TermWhat it does in the debate
Duration (la durée)Bergson’s name for real time—the continuous, flowing, growing time of actual experience, as opposed to the chopped-up time of clocks
Quantitative multiplicityA bunch of things you can count because they’re separate, side by side in space (like sheep in a field)
Qualitative multiplicityA bunch of things that blend into each other and can’t be separated (like notes in a melody or feelings in a mood)
IntuitionBergson’s method for knowing things from the inside—a kind of sympathetic entry into another thing’s duration
Vital impulse (élan vital)The creative forward push that Bergson thought drives evolution and produces genuinely new forms of life
Closed moralityMorality based on group survival, social pressure, and rigid rules—it excludes outsiders
Open moralityMorality that includes everyone, driven by creative emotion and love—it keeps inventing new ways to act
Creative emotionAn emotion that comes first and then generates new ideas and actions, rather than being caused by them

Key People

  • Henri Bergson (1859–1941) – French philosopher who argued that real time is a flowing, growing thing, not a line of separate moments; he won the Nobel Prize for literature in 1928 and refused an exemption from anti-Semitic laws during the Nazi occupation.
  • Gilles Deleuze (1925–1995) – French philosopher who revived Bergson’s ideas in the 1960s and made “multiplicity” central to his own work; he thought Bergson offered a genuine alternative to the philosophy of Heidegger and others.

Things to Think About

  1. Bergson says no two moments in a conscious life are identical.

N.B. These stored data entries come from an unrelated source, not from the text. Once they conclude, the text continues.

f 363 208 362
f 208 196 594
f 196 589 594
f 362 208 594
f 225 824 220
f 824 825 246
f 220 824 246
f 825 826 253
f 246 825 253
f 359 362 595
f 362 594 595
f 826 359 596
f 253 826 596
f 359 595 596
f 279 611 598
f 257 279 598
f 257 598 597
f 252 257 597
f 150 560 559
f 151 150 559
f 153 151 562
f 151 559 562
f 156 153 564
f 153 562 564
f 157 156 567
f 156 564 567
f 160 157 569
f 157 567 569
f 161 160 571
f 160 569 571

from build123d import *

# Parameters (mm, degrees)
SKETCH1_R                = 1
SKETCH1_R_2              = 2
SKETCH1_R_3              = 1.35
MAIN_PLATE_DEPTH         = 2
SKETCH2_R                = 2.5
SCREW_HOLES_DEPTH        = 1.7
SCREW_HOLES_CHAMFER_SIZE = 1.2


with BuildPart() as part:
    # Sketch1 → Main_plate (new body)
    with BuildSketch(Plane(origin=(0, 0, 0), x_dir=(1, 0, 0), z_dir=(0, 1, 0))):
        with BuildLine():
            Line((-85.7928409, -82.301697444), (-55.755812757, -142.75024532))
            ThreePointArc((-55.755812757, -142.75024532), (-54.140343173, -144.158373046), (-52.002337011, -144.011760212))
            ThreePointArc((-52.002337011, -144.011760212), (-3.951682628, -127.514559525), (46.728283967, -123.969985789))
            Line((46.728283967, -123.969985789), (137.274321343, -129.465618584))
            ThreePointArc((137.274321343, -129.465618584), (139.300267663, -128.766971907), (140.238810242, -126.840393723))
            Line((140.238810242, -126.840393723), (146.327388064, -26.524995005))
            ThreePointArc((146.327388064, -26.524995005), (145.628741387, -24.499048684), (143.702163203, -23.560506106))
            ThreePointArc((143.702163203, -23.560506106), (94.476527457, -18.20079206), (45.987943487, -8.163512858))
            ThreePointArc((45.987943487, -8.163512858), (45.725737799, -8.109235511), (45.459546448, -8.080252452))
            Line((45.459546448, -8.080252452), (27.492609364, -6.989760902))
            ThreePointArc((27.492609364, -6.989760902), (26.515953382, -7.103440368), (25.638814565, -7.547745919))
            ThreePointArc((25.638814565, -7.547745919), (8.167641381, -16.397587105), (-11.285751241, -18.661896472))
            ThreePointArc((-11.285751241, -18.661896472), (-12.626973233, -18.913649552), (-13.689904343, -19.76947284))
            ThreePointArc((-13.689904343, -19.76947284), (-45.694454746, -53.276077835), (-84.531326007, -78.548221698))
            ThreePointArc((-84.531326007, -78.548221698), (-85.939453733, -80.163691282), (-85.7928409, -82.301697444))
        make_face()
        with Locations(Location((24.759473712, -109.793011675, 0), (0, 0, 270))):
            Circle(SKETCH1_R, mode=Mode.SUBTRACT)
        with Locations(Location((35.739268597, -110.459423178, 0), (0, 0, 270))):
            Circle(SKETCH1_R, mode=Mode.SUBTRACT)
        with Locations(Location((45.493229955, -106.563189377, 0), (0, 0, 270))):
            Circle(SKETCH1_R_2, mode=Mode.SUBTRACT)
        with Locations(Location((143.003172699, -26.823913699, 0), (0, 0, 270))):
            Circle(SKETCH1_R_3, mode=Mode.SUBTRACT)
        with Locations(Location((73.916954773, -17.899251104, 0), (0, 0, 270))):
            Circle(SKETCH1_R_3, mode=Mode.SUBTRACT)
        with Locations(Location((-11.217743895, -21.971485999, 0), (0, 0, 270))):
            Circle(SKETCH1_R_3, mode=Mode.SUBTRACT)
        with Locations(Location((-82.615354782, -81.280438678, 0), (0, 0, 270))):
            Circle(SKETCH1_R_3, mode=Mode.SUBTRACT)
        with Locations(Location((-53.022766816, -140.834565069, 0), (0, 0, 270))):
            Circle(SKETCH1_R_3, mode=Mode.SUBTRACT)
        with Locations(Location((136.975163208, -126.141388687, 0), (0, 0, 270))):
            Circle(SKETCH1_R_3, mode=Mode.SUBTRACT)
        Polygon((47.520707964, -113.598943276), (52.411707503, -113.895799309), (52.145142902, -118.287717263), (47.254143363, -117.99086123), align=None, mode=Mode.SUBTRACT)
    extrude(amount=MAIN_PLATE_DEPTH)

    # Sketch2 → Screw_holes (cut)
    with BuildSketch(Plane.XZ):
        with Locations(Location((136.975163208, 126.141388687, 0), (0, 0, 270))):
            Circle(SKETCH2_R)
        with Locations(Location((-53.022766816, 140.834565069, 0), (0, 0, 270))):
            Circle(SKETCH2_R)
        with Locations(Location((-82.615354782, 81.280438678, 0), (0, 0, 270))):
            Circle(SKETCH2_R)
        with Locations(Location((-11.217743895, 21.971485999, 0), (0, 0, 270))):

But what about moments that feel exactly the same—like the thousandth time you’ve walked the same hallway to the same classroom? Is he wrong, or is there something different even in repetition?

  2. If intuition is supposed to be a method for knowing things from the inside, how would you test whether your intuition is giving you true knowledge or just a very vivid feeling? Is there a way to tell the difference?

  3. Bergson argued that the past doesn’t disappear—it accumulates, adding itself to each new moment. But if that’s true, then a person who has suffered trauma carries that trauma with them, added into who they are. Is Bergson’s cheerful picture of time compatible with real pain?

  4. Open morality is supposed to include everyone, while closed morality only includes “us.” But almost everyone thinks their own morality is open and universal. How do you tell which one you’re actually living?

Where This Shows Up

  • The experience of time – Bergson’s distinction between clock time and lived time shows up everywhere: in discussions about why time feels slow or fast, in debates about whether time travel is even coherent, and in arguments about whether artificial intelligences could experience time the way we do.
  • Biology and evolution – The idea that evolution is genuinely creative (not just random + selection) keeps reappearing in debates about whether Darwinian mechanisms are sufficient to explain all of life’s complexity.
  • Movies and art – The philosopher Deleuze used Bergson’s ideas to write a famous two-volume study of cinema, arguing that film is a way of showing time directly, not just movement.
  • Politics and community – Bergson’s “open society” idea has been picked up by thinkers who argue that real democracy must be constantly expanding to include people it currently excludes—not just tolerating them, but being transformed by them.